**Collected data entries**
--------------------------------------------------

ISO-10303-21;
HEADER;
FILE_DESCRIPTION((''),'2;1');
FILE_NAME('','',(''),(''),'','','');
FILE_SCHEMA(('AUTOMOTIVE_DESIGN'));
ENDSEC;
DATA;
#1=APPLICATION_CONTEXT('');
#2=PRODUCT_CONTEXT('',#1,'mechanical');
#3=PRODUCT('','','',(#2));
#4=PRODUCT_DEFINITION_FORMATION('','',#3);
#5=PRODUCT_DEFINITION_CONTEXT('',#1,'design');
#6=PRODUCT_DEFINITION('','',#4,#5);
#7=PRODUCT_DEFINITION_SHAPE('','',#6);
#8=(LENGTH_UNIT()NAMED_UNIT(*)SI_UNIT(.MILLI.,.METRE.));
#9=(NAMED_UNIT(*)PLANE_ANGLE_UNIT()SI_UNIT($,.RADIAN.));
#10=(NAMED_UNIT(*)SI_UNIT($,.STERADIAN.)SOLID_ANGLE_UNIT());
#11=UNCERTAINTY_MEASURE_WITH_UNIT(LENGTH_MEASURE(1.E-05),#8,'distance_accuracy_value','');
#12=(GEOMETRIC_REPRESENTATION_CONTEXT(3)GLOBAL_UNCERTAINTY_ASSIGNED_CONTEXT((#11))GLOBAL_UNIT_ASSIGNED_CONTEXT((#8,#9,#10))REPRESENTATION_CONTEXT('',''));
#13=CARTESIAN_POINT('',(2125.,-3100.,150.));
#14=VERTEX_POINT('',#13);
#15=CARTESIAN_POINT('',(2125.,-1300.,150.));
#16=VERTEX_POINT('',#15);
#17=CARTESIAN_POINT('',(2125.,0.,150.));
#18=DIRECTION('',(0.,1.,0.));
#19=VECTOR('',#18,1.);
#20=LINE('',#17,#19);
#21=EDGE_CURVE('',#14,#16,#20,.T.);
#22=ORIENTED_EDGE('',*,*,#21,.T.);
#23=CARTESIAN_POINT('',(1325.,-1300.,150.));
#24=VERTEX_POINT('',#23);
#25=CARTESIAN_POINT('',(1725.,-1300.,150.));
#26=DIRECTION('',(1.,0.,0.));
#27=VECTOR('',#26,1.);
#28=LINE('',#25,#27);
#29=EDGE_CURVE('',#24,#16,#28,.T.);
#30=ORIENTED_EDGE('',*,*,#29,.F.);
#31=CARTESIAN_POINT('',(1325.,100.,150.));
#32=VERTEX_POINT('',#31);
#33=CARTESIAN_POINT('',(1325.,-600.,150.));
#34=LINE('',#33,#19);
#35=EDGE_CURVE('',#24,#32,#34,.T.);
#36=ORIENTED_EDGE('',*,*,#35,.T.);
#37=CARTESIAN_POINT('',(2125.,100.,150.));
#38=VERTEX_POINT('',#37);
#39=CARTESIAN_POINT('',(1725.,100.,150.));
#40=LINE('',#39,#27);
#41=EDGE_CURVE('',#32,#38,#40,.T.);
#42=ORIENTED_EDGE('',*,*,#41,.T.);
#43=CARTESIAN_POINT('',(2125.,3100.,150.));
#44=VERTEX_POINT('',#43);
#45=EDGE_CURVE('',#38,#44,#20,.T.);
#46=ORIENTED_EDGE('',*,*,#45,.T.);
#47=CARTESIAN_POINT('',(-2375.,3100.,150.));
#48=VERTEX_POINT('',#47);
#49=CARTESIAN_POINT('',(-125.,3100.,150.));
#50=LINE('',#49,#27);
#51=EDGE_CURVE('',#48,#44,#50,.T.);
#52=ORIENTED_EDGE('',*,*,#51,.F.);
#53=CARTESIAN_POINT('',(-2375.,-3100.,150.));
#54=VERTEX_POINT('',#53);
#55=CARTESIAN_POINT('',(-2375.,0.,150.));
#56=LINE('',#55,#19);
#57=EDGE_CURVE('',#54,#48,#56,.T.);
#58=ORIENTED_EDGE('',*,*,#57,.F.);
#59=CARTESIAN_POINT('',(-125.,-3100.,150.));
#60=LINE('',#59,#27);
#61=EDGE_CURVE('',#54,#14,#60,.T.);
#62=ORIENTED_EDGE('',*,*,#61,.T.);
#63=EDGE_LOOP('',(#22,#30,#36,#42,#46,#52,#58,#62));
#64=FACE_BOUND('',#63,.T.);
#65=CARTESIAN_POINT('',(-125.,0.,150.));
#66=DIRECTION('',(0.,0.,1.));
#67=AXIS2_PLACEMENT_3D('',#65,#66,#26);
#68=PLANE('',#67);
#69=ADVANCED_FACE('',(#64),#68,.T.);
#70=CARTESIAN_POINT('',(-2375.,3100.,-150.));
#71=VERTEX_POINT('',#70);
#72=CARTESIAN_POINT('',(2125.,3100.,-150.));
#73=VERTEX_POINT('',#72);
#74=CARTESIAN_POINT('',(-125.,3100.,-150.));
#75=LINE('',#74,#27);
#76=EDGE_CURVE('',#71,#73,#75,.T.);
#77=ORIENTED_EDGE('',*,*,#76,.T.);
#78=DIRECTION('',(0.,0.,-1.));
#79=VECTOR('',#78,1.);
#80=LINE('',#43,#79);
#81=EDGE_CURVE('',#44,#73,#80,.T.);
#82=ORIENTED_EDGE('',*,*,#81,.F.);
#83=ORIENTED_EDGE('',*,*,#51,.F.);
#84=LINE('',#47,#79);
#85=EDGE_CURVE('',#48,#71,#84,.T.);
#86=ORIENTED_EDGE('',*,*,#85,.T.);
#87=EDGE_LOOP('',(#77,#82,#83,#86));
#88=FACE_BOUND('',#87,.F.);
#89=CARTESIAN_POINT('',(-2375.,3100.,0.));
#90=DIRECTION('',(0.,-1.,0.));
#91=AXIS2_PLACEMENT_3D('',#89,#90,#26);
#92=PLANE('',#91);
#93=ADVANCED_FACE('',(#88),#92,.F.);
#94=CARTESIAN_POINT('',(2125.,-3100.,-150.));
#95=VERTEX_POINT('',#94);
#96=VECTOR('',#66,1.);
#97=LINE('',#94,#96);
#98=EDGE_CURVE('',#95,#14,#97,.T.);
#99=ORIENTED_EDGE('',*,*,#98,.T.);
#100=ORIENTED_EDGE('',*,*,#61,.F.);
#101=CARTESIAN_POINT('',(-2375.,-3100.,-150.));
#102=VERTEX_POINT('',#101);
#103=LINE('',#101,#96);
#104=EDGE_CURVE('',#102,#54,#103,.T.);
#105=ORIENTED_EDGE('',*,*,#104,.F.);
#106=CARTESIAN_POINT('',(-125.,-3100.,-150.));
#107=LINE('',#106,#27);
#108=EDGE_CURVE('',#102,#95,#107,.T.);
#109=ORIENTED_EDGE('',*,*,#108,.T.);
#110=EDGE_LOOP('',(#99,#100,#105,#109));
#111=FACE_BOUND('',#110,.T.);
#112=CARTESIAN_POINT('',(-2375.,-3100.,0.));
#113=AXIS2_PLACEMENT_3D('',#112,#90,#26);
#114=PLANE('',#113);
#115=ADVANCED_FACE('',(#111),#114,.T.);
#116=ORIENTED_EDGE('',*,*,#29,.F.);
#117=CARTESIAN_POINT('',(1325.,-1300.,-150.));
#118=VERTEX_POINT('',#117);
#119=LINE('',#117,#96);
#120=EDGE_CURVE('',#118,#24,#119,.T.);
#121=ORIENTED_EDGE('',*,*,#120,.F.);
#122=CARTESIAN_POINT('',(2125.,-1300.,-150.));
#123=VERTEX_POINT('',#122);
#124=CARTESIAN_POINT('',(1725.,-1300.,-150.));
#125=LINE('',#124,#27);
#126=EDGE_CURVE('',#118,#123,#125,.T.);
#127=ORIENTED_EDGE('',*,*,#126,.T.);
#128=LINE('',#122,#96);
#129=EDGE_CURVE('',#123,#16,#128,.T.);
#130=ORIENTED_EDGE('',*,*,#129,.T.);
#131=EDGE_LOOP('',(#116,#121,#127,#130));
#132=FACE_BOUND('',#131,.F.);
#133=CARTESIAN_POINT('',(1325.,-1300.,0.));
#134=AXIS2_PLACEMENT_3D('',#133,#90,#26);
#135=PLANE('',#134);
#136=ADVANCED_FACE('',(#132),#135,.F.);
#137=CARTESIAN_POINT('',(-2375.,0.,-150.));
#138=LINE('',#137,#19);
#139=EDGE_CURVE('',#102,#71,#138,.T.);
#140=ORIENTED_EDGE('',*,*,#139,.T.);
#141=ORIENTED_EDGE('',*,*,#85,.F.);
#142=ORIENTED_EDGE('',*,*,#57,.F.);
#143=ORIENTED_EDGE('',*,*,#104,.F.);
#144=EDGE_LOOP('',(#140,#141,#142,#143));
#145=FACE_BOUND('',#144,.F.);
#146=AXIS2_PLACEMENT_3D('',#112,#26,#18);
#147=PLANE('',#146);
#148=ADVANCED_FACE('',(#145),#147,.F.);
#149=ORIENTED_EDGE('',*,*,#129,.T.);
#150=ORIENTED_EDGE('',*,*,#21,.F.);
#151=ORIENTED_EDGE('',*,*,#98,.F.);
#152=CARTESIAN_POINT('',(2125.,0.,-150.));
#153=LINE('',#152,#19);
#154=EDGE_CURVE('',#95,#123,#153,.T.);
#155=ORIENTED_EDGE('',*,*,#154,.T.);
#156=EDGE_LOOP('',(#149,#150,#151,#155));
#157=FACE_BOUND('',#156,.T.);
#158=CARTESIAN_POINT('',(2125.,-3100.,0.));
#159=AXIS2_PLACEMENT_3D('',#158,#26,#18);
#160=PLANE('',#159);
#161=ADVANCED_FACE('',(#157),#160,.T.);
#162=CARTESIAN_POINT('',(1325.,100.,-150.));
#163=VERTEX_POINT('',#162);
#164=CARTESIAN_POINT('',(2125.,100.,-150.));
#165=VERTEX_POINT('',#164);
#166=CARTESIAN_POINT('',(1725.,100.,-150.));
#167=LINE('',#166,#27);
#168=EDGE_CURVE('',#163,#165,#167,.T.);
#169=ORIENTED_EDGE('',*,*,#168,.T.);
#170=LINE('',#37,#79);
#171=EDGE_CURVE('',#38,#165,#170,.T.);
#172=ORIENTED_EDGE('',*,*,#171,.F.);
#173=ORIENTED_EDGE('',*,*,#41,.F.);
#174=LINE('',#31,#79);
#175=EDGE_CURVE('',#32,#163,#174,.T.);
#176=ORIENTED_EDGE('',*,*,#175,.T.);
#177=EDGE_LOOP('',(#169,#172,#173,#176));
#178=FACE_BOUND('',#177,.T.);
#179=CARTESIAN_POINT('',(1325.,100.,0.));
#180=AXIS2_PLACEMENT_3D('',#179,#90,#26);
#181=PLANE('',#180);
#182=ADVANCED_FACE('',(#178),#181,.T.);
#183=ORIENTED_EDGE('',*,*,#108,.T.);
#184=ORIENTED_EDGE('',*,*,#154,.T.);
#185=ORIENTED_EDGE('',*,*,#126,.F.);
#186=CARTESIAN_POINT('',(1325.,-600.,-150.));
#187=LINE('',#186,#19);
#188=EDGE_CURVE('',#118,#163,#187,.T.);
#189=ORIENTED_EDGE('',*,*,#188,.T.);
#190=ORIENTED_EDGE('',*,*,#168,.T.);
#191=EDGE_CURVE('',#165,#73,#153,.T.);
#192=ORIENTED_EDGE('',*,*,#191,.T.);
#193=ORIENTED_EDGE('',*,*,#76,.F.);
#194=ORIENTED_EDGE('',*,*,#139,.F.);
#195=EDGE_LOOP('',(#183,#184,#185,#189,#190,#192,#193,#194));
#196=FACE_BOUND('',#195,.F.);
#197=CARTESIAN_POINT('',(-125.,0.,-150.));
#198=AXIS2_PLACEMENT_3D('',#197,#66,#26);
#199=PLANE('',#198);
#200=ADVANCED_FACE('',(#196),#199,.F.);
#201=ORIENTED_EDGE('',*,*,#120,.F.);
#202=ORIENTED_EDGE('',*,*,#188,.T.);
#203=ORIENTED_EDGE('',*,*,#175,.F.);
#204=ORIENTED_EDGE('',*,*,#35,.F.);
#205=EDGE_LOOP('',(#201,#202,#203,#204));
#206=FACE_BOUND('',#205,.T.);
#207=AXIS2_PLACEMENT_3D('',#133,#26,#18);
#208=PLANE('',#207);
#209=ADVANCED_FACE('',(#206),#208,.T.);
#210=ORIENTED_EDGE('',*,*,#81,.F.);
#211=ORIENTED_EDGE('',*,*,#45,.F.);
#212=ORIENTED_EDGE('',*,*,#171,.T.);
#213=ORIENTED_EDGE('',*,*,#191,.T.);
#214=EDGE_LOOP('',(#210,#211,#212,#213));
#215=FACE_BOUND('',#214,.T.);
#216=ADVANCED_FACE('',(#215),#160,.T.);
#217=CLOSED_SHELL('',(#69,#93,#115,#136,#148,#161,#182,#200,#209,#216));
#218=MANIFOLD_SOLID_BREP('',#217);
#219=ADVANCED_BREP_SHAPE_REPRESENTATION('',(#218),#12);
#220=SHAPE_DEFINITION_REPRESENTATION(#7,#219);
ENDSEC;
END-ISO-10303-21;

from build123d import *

# Parameters (mm, degrees)
F0_W     = 4500
F0_H     = 6200
F1_DEPTH = 150
F2_W     = 800
F2_H     = 1400
F3_DEPTH = 150


with BuildPart() as f1:
    # F0 (on Top) → F1 (new body, symmetric)
    with BuildSketch(Plane.XY):
        with Locations((-125, 0)):
            Rectangle(F0_W, F0_H)
    extrude(amount=F1_DEPTH, both=True)

    # F2 (on Top) → F3 (cut, symmetric)
    with BuildSketch(Plane.XY):
        with Locations((1725, -600)):
            Rectangle(F2_W, F2_H)
    extrude(amount=F3_DEPTH, both=True, mode=Mode.SUBTRACT)


solid = f1.part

--------------------------------------------------

**Problem description**
From the data above, output only the lines between the line containing "#47=CARTESIAN_POINT('',(-2375.,3100.,150.));" and the line containing "#67=AXIS2_PLACEMENT_3D('',#65,#66,#26);", inclusive, exactly as written.

**Result of the task**
#47=CARTESIAN_POINT('',(-2375.,3100.,150.));
#48=VERTEX_POINT('',#47);
#49=CARTESIAN_POINT('',(-125.,3100.,150.));
#50=LINE('',#49,#27);
#51=EDGE_CURVE('',#48,#44,#50,.T.);
#52=ORIENTED_EDGE('',*,*,#51,.F.);
#53=CARTESIAN_POINT('',(-2375.,-3100.,150.));
#54=VERTEX_POINT('',#53);
#55=CARTESIAN_POINT('',(-2375.,0.,150.));
#56=LINE('',#55,#19);
#57=EDGE_CURVE('',#54,#48,#56,.T.);
#58=ORIENTED_EDGE('',*,*,#57,.F.);
#59=CARTESIAN_POINT('',(-125.,-3100.,150.));
#60=LINE('',#59,#27);
#61=EDGE_CURVE('',#54,#14,#60,.T.);
#62=ORIENTED_EDGE('',*,*,#61,.T.);
#63=EDGE_LOOP('',(#22,#30,#36,#42,#46,#52,#58,#62));
#64=FACE_BOUND('',#63,.T.);
#65=CARTESIAN_POINT('',(-125.,0.,150.));
#66=DIRECTION('',(0.,0.,1.));
#67=AXIS2_PLACEMENT_3D('',#65,#66,#26);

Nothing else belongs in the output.